The trick: The Blasphemous Claw item. You get it from Recusant Bernahl at Crumbling Farum Azula. When Maliketh's sword glows gold (he does this specific overhead slam), use the Claw and you'll parry him, leaving him stunned for about five seconds. Most people don't know this item exists. It completely changes the fight. Genuinely.
Without the Claw: Stay under him. His horizontal sweeps whiff if you're directly beneath his chest. The destined death effect reduces your max HP, so healing proactively is critical. Don't wait until you're low. At 50% HP in phase 2, he starts a new aerial combo that's almost undodgeable at range. Close the gap immediately.
Build tip: Fast weapons shine here. Colossal weapons are too slow. You'll get one hit then eat a combo. Katanas, curved swords, straight swords all work well. Bloodhound's Step makes this fight dramatically easier if you're struggling with his aggression. Sort of a crutch, but hey, whatever works.
Promised Consort Radahn
Pre-nerf Consort Radahn was probably the hardest thing FromSoftware has ever made. Post-nerf (patch 1.14), he's still a monster but actually readable. Barely.

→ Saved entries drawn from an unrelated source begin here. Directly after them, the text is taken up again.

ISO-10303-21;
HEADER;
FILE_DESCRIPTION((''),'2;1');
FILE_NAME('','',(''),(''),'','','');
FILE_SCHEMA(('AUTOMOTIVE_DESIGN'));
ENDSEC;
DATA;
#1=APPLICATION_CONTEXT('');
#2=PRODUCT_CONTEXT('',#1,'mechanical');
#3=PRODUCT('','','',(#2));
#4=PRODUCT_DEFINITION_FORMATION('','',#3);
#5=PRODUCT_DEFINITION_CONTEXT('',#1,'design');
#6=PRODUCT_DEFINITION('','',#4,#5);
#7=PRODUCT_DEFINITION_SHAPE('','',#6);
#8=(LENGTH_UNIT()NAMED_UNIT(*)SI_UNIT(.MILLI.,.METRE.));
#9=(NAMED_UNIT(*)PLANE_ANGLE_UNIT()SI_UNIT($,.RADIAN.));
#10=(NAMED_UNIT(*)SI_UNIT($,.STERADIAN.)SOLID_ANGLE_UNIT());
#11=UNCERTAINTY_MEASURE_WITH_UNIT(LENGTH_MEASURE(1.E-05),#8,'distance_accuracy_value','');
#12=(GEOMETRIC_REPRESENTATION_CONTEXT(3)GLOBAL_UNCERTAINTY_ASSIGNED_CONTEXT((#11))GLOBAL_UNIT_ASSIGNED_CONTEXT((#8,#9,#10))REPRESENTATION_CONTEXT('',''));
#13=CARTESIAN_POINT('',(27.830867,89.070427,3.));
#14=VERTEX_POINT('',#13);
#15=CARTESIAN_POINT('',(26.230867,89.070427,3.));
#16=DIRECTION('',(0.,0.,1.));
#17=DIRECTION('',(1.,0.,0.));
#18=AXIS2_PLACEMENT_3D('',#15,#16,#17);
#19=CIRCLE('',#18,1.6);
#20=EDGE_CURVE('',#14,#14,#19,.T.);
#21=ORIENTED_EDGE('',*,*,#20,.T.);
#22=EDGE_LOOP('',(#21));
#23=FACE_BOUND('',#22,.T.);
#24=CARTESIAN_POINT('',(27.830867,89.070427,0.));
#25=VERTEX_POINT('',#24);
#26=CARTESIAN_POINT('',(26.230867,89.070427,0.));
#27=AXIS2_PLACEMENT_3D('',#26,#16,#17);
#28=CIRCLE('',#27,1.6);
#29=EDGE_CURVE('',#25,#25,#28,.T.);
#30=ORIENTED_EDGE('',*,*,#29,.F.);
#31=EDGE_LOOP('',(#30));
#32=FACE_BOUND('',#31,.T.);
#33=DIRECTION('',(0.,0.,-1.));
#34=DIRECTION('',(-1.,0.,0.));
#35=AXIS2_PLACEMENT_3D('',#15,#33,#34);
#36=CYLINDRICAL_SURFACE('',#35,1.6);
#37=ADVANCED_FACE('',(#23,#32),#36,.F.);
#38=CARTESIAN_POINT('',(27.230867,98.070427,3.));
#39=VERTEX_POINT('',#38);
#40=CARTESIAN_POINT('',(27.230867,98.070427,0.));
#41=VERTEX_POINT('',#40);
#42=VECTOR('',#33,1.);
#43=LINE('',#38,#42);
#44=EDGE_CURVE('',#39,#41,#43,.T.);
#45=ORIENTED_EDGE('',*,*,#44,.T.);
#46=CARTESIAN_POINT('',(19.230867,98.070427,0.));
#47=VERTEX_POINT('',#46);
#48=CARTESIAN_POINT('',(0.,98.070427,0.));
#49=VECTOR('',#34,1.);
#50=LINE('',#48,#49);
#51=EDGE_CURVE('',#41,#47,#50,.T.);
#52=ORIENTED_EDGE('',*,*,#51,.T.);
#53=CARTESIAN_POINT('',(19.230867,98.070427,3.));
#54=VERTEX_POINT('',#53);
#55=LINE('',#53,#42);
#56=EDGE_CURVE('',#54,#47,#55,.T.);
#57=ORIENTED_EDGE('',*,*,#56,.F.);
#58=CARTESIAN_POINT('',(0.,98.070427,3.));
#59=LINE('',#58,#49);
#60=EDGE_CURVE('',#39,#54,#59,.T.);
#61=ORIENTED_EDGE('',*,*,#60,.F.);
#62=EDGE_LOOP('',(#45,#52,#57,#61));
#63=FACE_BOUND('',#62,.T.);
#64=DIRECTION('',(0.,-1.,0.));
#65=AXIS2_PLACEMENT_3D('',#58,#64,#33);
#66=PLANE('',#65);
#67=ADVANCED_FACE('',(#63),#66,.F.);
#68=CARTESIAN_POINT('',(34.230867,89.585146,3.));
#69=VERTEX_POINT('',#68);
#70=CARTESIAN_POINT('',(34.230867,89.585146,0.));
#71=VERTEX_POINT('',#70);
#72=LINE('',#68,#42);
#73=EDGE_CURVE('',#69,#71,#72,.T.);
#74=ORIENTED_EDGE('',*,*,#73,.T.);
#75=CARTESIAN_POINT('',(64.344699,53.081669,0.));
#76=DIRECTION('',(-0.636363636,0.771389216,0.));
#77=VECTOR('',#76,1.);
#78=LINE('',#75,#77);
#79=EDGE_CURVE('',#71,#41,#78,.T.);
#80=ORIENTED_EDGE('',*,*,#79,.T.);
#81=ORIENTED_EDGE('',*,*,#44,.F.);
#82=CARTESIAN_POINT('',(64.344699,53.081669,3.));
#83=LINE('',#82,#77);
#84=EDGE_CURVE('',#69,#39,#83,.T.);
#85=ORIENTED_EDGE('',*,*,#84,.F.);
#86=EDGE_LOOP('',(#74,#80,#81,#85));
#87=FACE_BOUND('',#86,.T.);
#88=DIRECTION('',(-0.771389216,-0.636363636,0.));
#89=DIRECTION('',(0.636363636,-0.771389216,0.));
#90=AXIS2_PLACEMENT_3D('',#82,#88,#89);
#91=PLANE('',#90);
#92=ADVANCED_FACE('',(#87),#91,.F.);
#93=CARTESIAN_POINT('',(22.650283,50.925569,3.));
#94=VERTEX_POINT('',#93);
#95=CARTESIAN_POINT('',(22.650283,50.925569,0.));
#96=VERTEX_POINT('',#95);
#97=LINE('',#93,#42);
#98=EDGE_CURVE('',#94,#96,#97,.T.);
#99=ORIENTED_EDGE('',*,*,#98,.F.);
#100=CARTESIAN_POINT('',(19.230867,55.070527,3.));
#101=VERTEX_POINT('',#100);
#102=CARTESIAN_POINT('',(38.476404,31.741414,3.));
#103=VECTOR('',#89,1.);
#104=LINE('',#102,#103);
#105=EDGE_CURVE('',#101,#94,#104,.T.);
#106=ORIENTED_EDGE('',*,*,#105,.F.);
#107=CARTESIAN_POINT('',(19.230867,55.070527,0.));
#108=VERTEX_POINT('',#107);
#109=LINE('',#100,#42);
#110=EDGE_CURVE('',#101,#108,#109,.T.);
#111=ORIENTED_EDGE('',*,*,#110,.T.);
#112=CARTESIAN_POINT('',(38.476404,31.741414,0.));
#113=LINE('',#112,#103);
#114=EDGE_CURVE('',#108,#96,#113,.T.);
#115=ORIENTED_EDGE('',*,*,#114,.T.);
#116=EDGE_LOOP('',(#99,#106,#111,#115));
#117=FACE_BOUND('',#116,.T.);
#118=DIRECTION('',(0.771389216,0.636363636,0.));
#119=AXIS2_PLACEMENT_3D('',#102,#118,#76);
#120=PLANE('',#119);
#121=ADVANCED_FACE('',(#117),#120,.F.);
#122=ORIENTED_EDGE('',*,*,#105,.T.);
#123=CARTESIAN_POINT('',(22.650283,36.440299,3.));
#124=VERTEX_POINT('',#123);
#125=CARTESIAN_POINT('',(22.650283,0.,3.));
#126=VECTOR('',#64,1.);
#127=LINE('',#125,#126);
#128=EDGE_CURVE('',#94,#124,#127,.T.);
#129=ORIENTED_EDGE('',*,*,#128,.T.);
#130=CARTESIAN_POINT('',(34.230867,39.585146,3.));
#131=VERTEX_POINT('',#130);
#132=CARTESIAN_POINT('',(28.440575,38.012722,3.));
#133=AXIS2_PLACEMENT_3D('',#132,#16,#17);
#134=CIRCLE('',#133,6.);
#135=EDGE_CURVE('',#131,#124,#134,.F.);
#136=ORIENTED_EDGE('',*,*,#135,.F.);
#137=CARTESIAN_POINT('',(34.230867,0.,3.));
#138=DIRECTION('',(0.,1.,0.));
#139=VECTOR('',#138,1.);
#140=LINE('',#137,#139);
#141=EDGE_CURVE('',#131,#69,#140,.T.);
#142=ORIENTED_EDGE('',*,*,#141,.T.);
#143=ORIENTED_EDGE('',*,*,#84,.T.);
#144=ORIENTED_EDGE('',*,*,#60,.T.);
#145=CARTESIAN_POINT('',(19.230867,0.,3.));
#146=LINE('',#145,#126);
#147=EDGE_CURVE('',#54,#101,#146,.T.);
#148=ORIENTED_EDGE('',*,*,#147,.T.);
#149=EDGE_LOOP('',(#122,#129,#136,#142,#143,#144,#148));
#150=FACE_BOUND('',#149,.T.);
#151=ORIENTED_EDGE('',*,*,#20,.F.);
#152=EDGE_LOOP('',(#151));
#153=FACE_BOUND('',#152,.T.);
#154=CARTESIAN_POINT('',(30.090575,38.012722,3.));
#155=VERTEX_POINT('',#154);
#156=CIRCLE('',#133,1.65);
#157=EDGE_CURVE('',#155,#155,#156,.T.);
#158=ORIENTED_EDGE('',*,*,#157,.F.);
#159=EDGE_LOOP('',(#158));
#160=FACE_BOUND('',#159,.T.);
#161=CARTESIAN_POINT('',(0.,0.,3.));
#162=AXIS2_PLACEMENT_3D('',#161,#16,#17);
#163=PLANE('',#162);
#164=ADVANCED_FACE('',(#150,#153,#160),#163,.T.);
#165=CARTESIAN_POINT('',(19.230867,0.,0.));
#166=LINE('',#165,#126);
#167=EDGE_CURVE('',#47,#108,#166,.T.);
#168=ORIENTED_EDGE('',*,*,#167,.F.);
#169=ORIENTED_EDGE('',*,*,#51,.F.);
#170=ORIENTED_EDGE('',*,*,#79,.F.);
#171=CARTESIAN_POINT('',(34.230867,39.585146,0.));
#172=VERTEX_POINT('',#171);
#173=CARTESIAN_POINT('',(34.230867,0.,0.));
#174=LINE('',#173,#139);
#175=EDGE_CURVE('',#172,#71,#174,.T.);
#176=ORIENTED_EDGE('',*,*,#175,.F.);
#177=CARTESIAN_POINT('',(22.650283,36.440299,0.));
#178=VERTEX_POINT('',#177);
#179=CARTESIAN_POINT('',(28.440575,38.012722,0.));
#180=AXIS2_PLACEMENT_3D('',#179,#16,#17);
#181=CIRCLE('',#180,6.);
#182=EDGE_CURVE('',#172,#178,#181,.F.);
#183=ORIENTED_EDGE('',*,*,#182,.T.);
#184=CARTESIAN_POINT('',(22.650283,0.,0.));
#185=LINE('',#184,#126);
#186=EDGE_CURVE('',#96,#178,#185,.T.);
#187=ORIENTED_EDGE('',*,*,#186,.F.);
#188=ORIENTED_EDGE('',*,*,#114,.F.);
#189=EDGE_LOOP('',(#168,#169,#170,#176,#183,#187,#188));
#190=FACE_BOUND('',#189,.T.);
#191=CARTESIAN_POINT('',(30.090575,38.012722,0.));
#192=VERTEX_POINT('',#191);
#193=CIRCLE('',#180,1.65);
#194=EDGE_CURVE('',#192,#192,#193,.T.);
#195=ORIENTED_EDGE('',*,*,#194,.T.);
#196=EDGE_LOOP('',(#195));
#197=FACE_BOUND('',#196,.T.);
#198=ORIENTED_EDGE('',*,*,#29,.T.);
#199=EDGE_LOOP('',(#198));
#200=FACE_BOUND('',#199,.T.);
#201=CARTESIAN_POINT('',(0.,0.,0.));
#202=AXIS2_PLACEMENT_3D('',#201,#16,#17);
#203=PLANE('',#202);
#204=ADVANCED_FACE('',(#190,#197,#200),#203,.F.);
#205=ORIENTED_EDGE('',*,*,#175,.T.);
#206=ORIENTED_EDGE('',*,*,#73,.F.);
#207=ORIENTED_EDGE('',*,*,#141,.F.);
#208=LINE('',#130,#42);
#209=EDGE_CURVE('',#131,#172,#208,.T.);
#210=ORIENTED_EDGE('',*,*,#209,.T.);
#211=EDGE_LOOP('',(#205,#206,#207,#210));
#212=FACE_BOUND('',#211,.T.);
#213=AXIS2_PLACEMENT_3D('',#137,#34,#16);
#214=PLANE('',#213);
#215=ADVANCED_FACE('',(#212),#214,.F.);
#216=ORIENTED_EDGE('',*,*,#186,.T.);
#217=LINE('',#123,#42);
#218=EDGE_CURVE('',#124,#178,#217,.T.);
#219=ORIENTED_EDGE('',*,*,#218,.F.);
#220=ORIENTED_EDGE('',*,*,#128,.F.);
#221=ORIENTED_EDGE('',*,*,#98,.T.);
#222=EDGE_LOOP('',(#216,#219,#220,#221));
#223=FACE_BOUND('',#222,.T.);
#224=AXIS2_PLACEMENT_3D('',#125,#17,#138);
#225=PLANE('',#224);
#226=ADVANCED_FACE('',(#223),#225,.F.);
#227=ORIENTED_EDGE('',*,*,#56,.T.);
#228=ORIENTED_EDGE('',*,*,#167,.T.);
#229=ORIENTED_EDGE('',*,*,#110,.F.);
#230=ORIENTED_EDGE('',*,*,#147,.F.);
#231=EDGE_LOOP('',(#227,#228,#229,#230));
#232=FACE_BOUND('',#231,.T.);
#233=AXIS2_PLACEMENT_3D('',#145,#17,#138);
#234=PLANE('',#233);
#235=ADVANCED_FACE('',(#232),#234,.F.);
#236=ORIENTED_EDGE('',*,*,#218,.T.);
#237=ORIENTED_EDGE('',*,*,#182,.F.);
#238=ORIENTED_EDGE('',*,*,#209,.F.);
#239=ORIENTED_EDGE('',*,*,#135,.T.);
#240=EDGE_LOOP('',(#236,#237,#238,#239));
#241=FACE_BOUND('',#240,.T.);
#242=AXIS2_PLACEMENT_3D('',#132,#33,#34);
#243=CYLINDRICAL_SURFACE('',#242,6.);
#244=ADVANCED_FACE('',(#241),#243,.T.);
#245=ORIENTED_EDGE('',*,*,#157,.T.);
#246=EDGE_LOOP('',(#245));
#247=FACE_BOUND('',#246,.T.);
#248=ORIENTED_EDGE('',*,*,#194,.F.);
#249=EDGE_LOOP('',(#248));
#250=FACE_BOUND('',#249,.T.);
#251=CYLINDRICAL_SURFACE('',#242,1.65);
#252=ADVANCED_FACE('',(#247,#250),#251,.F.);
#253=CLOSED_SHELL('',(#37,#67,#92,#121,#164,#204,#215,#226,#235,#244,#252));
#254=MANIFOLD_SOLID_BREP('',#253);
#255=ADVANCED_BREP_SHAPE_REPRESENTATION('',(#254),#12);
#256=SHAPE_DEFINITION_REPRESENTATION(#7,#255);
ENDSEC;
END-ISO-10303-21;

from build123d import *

# Parameters (mm, degrees)
SKETCH1_R           = 1.65
SKETCH1_R_2         = 1.6
BOSS_EXTRUDE1_DEPTH = 3


with BuildPart() as part:
    # Sketch1 → Boss-Extrude1 (new body)
    with BuildSketch(Plane.XY):
        with BuildLine():
            Line((22.650283011, 50.925569007), (22.650283011, 36.440298517))
            ThreePointArc((22.650283011, 36.440298517), (30.012998862, 32.222429945), (34.230867434, 39.585145796))
            Line((34.230867434, 39.585145796), (34.230867434, 89.585145796))
            Line((34.230867434, 89.585145796), (27.230867434, 98.07042717))
            Line((27.230867434, 98.07042717), (19.230867434, 98.07042717))
            Line((19.230867434, 98.07042717), (19.230867434, 55.070526621))
            Line((19.230867434, 55.070526621), (22.650283011, 50.925569007))
        make_face()
        with Locations((28.440575223, 38.012722157)):
            Circle(SKETCH1_R, mode=Mode.SUBTRACT)
        with Locations((26.230867434, 89.07042717)):
            Circle(SKETCH1_R_2, mode=Mode.SUBTRACT)
    extrude(amount=BOSS_EXTRUDE1_DEPTH)


solid = part.part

Phase 1: Standard Radahn moveset from the base game but faster and with holy damage beams on every swing. The key is positioning. Stay behind his left shoulder. Most of his combos track to his right side. His gravity pull into an AOE slam is the main threat. Roll late, not early. I died to that slam so many times because I panicked.

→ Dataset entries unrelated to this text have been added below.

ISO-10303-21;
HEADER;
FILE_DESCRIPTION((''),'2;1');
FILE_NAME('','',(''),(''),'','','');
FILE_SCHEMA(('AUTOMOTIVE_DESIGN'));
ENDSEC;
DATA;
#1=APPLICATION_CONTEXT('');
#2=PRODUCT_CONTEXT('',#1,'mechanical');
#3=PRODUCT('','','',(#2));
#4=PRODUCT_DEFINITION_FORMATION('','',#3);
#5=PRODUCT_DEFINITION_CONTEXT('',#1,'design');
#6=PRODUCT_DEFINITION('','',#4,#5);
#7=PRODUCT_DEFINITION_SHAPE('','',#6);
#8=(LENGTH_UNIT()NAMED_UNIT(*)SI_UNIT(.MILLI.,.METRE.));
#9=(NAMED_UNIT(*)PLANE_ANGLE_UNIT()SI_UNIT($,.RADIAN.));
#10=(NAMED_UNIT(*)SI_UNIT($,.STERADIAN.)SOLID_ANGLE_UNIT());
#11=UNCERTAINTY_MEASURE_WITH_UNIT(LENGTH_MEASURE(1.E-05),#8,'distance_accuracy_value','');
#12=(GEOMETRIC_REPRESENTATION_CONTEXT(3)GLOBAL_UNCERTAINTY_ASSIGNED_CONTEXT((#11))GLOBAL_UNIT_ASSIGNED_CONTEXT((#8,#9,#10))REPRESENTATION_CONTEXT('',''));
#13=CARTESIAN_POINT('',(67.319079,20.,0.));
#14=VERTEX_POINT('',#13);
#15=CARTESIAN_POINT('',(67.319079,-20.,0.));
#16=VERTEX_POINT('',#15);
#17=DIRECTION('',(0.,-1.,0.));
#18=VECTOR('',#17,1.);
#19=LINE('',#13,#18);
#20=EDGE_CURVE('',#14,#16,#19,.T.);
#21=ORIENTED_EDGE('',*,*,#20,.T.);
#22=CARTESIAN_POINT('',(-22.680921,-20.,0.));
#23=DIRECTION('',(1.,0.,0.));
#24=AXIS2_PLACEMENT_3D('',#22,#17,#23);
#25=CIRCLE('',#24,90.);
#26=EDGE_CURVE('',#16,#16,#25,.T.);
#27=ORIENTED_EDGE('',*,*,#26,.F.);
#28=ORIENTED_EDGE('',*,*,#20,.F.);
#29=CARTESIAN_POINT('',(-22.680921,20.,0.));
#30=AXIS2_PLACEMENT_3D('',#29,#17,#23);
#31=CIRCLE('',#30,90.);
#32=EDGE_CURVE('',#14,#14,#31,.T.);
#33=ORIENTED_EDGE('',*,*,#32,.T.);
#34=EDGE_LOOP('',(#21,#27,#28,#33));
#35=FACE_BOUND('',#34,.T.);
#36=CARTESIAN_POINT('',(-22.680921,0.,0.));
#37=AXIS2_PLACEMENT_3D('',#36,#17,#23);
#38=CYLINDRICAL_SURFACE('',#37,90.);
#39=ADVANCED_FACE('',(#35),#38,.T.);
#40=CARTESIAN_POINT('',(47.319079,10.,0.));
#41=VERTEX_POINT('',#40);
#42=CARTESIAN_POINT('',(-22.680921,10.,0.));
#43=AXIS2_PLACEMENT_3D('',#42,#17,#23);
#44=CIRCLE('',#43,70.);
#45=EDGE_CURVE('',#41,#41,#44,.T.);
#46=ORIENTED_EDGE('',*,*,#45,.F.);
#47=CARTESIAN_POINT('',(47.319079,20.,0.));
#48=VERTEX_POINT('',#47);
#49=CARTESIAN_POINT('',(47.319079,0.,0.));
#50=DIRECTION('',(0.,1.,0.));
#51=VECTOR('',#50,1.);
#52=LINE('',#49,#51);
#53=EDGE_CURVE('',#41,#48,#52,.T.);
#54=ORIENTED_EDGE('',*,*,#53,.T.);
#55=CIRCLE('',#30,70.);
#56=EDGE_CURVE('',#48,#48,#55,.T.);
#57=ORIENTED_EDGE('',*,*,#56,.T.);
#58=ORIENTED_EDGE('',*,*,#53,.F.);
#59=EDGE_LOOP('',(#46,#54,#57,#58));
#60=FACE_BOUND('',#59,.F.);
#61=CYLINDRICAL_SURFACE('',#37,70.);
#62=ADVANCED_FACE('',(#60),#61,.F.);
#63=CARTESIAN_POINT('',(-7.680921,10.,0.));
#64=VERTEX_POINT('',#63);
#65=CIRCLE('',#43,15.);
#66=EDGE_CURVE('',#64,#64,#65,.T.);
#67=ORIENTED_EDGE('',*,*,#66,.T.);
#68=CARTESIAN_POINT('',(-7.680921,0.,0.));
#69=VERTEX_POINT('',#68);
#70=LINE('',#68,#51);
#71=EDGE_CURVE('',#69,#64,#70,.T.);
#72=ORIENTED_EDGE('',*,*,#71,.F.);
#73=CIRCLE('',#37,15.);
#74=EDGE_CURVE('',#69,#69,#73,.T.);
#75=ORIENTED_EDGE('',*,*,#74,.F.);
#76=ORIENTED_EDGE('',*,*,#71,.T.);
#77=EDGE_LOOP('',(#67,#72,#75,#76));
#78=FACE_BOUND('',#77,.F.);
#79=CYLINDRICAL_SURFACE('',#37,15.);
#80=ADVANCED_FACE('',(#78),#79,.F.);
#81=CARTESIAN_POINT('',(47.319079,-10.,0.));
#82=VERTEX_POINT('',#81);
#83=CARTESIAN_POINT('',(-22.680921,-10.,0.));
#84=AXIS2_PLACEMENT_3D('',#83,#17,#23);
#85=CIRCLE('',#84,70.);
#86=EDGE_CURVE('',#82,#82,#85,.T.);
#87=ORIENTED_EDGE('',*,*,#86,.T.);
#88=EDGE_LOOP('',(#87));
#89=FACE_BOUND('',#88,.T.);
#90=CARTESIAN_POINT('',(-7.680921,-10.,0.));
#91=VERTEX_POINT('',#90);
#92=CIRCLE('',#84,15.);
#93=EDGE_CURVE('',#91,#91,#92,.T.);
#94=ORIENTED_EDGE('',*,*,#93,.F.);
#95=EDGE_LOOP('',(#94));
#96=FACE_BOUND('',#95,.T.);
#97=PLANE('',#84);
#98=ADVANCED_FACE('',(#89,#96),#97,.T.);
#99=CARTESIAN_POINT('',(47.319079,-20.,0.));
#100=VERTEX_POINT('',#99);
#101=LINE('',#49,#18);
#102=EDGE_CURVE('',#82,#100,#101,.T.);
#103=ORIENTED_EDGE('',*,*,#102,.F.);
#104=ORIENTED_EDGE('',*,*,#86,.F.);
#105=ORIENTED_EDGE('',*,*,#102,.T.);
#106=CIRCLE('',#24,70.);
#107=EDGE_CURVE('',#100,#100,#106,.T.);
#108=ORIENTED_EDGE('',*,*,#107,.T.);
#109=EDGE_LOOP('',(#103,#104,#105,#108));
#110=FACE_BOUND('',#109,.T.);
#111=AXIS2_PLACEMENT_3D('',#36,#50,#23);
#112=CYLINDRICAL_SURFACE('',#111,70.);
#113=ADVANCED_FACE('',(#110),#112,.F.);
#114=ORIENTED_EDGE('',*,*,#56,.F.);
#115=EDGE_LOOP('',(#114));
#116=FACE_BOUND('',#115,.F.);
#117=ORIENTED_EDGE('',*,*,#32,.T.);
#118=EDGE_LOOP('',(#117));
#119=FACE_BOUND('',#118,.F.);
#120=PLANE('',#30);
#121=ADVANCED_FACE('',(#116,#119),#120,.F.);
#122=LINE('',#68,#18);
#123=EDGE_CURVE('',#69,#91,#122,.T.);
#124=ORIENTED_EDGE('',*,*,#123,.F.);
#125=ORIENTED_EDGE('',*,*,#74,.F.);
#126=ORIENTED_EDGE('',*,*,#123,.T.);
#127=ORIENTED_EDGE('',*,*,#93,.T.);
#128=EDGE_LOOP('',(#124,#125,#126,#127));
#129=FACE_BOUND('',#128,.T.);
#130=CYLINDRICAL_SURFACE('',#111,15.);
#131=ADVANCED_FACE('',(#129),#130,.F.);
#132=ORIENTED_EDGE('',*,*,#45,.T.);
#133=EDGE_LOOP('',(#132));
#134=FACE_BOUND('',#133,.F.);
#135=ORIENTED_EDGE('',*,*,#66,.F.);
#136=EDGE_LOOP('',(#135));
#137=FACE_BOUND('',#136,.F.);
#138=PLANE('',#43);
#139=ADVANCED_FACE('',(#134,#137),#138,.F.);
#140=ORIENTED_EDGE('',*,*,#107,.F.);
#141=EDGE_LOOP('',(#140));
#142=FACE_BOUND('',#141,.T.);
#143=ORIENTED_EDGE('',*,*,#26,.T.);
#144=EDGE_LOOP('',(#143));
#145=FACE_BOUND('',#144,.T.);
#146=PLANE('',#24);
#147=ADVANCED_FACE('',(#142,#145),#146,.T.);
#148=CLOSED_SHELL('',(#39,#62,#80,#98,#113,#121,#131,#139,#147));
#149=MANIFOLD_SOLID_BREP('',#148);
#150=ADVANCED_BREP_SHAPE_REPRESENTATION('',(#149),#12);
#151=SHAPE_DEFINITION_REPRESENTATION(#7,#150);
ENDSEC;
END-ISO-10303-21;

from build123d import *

# Parameters (mm, degrees)
F0_R          = 90
F0_R_2        = 70
F1_DEPTH      = 20
F1_DEPTH_BACK = 20
F0_R_3        = 15
F2_DEPTH      = 10
F2_DEPTH_BACK = 10


with BuildPart() as f1:
    # F0 (on Front) → F1 (new body, two sides)
    with BuildSketch(Plane.XZ) as f1_sk:
        with Locations((-22.680921, 0)):
            Circle(F0_R)
        with Locations((-22.680921, 0)):
            Circle(F0_R_2, mode=Mode.SUBTRACT)
    extrude(amount=F1_DEPTH)
    extrude(f1_sk.sketch, amount=-F1_DEPTH_BACK)

    # F0 (on Front) → F2 (join, two sides)
    with BuildSketch(Plane.XZ) as f2_sk:
        with Locations((-22.680921, 0)):
            Circle(F0_R_2)
        with Locations((-22.680921, 0)):
            Circle(F0_R_3, mode=Mode.SUBTRACT)
    extrude(amount=F2_DEPTH)
    extrude(f2_sk.sketch, amount=-F2_DEPTH_BACK)


solid = f1.part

Phase 2: Miquella joins the fight. Radahn's moves get faster and holy beams come from all directions. The cross-slash combo (two horizontal beams followed by Radahn leaping at you) is the run-ender. Roll the first beam, roll the second, then roll into Radahn. Rolling away gets you clipped every time.
Summons: Use the NPC summons. This isn't a duel, it's a festival. Thiollier and Ansbach both help immensely. They draw aggro and do chip damage while you reposition. No shame in it.
Build advice: Holy resistance is everything. Haligdrake Talisman +2, Lord's Divine Fortification incantation, and the highest holy defense armor you can wear. The difference between 20% and 60% holy resistance is literally surviving two extra hits. That's the difference between winning and dying.
There are other brutally hard fights too, obviously. Mohg, Placidusax, Godfrey, the Elden Beast. I'm not going to list every single one here. But these three are the ones that taught me the most about how Elden Ring wants you to fight.
Bosses I'd Want in an Elden Ring 2
This is pure wishful thinking, but hear me out.
A proper dragon fight on the scale of Midir. Elden Ring's dragon fights are cinematic but mechanically shallow. Hit the legs, run from the fire, repeat. Give me something like Dark Souls 3's Darkeater Midir but bigger, faster, with the freedom of Elden Ring's open arena. I want a dragon that takes me 50 attempts.
A 1v1 humanoid boss with adaptive AI. What if a boss learned from your playstyle? If you spam projectiles, they start closing distance faster. If you fish for backstabs, they position more carefully. The technology exists. Fighting game AI has been doing this for years. FromSoftware could absolutely pull it off.
A duo boss that's actually good. Ornstein and Smough is still the best duo fight FromSoftware has made, and that was 2011. Elden Ring's duo fights (Godskin Duo, Valiant Gargoyles) are frustrating, not fun. The next game needs a duo where the bosses have complementary movesets that create interesting decisions, not two aggressive enemies crammed in a small room. You know the kind of fight I mean.
Something completely unexpected. The best FromSoftware bosses are the ones nobody saw coming. Guardian Ape in Sekiro. Astel in Elden Ring. I don't want to predict the next great boss. I want FromSoftware to surprise me like they always do. That's kind of their thing, isn't it?